Collected data entries:
· · · ·

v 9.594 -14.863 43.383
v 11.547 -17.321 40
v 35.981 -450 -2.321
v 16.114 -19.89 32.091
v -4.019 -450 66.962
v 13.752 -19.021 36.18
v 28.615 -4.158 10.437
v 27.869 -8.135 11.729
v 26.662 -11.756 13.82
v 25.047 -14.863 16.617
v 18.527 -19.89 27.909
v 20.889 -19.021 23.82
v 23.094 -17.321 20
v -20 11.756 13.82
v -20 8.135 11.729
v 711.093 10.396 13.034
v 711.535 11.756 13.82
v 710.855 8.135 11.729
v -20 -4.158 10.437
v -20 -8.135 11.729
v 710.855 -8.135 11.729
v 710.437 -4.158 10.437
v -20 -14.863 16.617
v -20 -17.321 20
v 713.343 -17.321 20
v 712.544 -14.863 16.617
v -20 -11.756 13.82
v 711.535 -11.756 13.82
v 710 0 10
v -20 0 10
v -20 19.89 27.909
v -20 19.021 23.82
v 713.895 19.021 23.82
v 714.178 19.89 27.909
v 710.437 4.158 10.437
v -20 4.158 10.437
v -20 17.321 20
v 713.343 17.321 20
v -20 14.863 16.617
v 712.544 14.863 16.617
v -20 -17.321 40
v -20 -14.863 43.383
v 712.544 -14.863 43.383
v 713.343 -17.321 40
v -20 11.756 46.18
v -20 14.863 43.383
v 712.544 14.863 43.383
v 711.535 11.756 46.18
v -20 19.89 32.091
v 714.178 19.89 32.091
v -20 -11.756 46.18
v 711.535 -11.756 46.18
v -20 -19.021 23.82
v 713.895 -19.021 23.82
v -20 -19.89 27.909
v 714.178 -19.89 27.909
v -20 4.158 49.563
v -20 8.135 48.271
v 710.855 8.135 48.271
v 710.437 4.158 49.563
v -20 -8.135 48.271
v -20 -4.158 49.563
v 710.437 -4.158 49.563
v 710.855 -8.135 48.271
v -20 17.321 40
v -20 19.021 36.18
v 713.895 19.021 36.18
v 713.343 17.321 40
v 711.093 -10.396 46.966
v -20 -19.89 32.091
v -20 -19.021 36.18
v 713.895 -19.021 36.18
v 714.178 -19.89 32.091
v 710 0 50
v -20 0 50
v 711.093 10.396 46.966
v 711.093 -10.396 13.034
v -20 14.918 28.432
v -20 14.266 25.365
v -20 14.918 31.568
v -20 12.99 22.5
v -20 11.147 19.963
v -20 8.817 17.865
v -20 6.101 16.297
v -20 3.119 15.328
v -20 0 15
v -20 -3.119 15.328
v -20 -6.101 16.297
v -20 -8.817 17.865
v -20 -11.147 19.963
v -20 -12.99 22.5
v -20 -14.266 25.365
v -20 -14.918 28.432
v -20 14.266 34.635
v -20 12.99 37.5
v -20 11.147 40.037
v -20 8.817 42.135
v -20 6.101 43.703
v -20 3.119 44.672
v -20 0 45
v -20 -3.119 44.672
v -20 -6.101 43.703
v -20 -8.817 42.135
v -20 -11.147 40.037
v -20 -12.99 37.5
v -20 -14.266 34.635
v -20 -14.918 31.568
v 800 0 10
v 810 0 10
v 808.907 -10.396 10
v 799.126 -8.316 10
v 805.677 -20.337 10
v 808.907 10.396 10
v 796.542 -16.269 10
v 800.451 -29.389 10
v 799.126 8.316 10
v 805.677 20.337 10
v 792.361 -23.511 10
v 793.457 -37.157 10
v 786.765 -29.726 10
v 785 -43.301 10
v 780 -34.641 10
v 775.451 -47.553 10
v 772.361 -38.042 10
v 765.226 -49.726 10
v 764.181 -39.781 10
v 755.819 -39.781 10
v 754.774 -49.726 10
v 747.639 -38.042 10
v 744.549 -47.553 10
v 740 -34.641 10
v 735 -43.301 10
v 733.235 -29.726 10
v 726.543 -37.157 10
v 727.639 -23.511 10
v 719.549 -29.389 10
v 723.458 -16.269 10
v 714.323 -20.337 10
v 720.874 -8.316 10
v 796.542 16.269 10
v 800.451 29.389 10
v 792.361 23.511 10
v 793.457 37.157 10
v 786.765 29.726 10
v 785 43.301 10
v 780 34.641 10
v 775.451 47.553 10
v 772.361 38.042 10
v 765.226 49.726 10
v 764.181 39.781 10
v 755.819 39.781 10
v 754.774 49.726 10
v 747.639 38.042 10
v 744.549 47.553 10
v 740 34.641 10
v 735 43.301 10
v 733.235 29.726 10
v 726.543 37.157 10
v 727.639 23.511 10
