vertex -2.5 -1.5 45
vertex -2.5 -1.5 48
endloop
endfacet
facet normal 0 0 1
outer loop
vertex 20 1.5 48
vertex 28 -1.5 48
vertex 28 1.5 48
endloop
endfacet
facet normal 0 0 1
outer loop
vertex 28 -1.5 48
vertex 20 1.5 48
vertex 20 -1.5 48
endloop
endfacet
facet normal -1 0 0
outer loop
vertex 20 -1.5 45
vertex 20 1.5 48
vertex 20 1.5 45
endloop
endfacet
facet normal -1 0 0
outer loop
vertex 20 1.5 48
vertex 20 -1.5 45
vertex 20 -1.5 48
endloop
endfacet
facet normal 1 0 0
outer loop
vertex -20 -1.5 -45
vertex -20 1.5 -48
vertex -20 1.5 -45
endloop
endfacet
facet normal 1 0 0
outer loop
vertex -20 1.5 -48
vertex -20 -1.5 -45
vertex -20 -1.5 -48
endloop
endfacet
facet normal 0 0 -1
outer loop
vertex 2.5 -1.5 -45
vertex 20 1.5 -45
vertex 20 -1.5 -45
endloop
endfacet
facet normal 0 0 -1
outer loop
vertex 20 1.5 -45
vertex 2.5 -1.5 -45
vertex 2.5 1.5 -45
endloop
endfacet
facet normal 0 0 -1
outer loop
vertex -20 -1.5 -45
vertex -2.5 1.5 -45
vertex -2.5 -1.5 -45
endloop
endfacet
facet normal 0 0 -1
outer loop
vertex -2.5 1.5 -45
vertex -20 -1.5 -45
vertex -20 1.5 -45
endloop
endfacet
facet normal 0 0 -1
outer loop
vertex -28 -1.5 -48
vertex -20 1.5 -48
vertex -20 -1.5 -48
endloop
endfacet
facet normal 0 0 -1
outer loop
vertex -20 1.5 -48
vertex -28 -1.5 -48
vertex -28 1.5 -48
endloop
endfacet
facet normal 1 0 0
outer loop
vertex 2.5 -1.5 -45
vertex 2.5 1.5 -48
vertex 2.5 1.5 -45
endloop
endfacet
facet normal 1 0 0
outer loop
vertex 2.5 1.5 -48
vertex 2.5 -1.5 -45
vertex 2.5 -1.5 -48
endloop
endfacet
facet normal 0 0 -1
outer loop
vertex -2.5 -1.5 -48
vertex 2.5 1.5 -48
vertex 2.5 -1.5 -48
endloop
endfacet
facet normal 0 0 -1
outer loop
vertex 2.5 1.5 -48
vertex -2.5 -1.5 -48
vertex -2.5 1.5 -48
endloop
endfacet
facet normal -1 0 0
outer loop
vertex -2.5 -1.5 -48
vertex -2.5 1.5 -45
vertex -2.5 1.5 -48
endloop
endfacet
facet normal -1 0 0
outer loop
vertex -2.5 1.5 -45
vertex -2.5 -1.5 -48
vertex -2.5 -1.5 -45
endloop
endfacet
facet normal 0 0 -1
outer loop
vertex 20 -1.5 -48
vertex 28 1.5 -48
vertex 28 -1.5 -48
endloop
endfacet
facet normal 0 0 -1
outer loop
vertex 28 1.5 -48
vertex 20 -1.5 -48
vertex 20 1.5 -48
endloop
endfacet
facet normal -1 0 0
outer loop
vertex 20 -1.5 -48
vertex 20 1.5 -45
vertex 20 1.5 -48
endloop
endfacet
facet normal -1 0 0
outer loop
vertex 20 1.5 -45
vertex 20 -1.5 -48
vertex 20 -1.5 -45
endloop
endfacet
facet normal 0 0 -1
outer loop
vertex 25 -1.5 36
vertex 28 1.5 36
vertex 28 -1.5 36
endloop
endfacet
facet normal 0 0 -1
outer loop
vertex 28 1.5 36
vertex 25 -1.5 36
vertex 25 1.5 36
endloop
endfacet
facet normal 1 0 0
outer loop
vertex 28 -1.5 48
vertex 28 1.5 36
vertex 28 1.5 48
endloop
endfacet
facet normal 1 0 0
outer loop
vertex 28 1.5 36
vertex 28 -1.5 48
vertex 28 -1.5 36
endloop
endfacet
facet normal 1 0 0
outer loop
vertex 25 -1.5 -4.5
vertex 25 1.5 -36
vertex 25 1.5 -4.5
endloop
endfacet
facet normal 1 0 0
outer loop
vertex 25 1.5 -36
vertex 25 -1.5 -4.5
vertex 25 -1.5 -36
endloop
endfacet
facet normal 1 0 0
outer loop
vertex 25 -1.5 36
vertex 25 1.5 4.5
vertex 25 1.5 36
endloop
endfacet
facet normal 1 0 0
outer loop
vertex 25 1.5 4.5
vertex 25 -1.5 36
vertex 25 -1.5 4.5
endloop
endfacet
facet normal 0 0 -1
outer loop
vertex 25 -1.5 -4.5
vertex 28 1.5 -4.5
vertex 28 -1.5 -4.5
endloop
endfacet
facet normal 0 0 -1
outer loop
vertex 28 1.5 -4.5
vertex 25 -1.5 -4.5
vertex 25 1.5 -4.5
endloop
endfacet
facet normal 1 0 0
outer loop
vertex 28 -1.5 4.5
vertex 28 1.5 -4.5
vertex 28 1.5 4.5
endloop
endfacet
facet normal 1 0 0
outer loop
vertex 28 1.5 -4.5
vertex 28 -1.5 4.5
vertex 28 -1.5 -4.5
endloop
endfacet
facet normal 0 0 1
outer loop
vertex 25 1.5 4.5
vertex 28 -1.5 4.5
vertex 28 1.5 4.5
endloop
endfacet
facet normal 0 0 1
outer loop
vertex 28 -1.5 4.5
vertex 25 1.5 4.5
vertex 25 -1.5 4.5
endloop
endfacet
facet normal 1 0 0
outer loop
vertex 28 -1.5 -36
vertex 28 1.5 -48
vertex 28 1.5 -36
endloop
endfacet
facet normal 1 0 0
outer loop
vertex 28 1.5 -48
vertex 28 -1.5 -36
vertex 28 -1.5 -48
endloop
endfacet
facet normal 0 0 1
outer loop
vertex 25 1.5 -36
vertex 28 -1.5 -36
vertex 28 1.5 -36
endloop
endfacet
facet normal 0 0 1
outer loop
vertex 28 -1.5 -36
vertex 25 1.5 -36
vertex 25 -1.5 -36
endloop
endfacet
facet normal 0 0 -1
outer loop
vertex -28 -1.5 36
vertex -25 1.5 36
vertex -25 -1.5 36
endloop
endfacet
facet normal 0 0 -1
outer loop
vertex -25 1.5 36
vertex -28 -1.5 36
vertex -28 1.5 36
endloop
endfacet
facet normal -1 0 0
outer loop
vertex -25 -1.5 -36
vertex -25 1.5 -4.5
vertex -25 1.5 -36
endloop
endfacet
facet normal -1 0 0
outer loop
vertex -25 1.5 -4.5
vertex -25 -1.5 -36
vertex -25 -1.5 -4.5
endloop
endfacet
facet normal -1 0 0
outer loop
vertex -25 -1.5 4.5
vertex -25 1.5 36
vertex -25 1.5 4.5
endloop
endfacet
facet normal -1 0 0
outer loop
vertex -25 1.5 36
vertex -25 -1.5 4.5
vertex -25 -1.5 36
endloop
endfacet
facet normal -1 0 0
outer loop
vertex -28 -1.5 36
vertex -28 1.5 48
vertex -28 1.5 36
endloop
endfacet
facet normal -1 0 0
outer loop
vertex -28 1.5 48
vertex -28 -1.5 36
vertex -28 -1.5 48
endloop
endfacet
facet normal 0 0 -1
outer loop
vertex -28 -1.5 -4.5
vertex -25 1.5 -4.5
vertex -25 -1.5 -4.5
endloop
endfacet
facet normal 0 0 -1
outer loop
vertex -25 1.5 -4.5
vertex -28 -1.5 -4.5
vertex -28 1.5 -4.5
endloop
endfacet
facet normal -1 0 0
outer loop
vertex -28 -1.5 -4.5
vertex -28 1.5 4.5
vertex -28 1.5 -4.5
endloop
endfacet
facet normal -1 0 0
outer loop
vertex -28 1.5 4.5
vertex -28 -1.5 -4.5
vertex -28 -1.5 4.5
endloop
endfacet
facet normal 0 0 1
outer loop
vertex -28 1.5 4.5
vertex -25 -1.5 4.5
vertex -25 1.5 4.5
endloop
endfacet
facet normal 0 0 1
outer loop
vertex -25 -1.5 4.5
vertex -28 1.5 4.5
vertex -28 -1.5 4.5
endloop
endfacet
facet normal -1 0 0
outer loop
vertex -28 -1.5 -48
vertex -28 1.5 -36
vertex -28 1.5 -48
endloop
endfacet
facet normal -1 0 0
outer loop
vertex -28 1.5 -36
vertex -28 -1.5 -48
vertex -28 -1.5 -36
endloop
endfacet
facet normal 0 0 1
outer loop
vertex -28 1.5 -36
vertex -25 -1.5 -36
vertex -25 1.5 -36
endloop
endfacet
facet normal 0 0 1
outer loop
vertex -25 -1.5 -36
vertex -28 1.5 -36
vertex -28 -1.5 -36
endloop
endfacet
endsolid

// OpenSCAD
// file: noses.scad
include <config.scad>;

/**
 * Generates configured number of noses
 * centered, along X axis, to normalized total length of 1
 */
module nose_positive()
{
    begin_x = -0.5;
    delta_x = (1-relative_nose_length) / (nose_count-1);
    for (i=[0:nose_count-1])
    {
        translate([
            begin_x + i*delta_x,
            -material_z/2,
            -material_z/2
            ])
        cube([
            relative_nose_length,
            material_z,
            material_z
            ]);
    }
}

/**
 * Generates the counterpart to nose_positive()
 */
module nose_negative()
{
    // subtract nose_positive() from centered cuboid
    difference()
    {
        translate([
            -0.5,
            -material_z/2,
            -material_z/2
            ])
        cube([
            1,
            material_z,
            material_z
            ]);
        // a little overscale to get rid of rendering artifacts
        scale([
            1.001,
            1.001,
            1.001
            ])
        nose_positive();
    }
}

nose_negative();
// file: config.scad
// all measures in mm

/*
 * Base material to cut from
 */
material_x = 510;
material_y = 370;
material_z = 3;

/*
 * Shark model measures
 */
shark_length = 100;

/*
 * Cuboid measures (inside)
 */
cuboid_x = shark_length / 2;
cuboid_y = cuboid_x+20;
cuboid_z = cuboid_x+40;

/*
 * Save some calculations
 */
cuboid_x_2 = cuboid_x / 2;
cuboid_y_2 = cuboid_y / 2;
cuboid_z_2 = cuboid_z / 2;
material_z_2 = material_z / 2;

· · · ·

What is needed is every line from the start of the entries through the line containing "v -20 14.918 28.432", returned word for word and nothing else.

v 9.594 -14.863 43.383
v 11.547 -17.321 40
v 35.981 -450 -2.321
v 16.114 -19.89 32.091
v -4.019 -450 66.962
v 13.752 -19.021 36.18
v 28.615 -4.158 10.437
v 27.869 -8.135 11.729
v 26.662 -11.756 13.82
v 25.047 -14.863 16.617
v 18.527 -19.89 27.909
v 20.889 -19.021 23.82
v 23.094 -17.321 20
v -20 11.756 13.82
v -20 8.135 11.729
v 711.093 10.396 13.034
v 711.535 11.756 13.82
v 710.855 8.135 11.729
v -20 -4.158 10.437
v -20 -8.135 11.729
v 710.855 -8.135 11.729
v 710.437 -4.158 10.437
v -20 -14.863 16.617
v -20 -17.321 20
v 713.343 -17.321 20
v 712.544 -14.863 16.617
v -20 -11.756 13.82
v 711.535 -11.756 13.82
v 710 0 10
v -20 0 10
v -20 19.89 27.909
v -20 19.021 23.82
v 713.895 19.021 23.82
v 714.178 19.89 27.909
v 710.437 4.158 10.437
v -20 4.158 10.437
v -20 17.321 20
v 713.343 17.321 20
v -20 14.863 16.617
v 712.544 14.863 16.617
v -20 -17.321 40
v -20 -14.863 43.383
v 712.544 -14.863 43.383
v 713.343 -17.321 40
v -20 11.756 46.18
v -20 14.863 43.383
v 712.544 14.863 43.383
v 711.535 11.756 46.18
v -20 19.89 32.091
v 714.178 19.89 32.091
v -20 -11.756 46.18
v 711.535 -11.756 46.18
v -20 -19.021 23.82
v 713.895 -19.021 23.82
v -20 -19.89 27.909
v 714.178 -19.89 27.909
v -20 4.158 49.563
v -20 8.135 48.271
v 710.855 8.135 48.271
v 710.437 4.158 49.563
v -20 -8.135 48.271
v -20 -4.158 49.563
v 710.437 -4.158 49.563
v 710.855 -8.135 48.271
v -20 17.321 40
v -20 19.021 36.18
v 713.895 19.021 36.18
v 713.343 17.321 40
v 711.093 -10.396 46.966
v -20 -19.89 32.091
v -20 -19.021 36.18
v 713.895 -19.021 36.18
v 714.178 -19.89 32.091
v 710 0 50
v -20 0 50
v 711.093 10.396 46.966
v 711.093 -10.396 13.034
v -20 14.918 28.432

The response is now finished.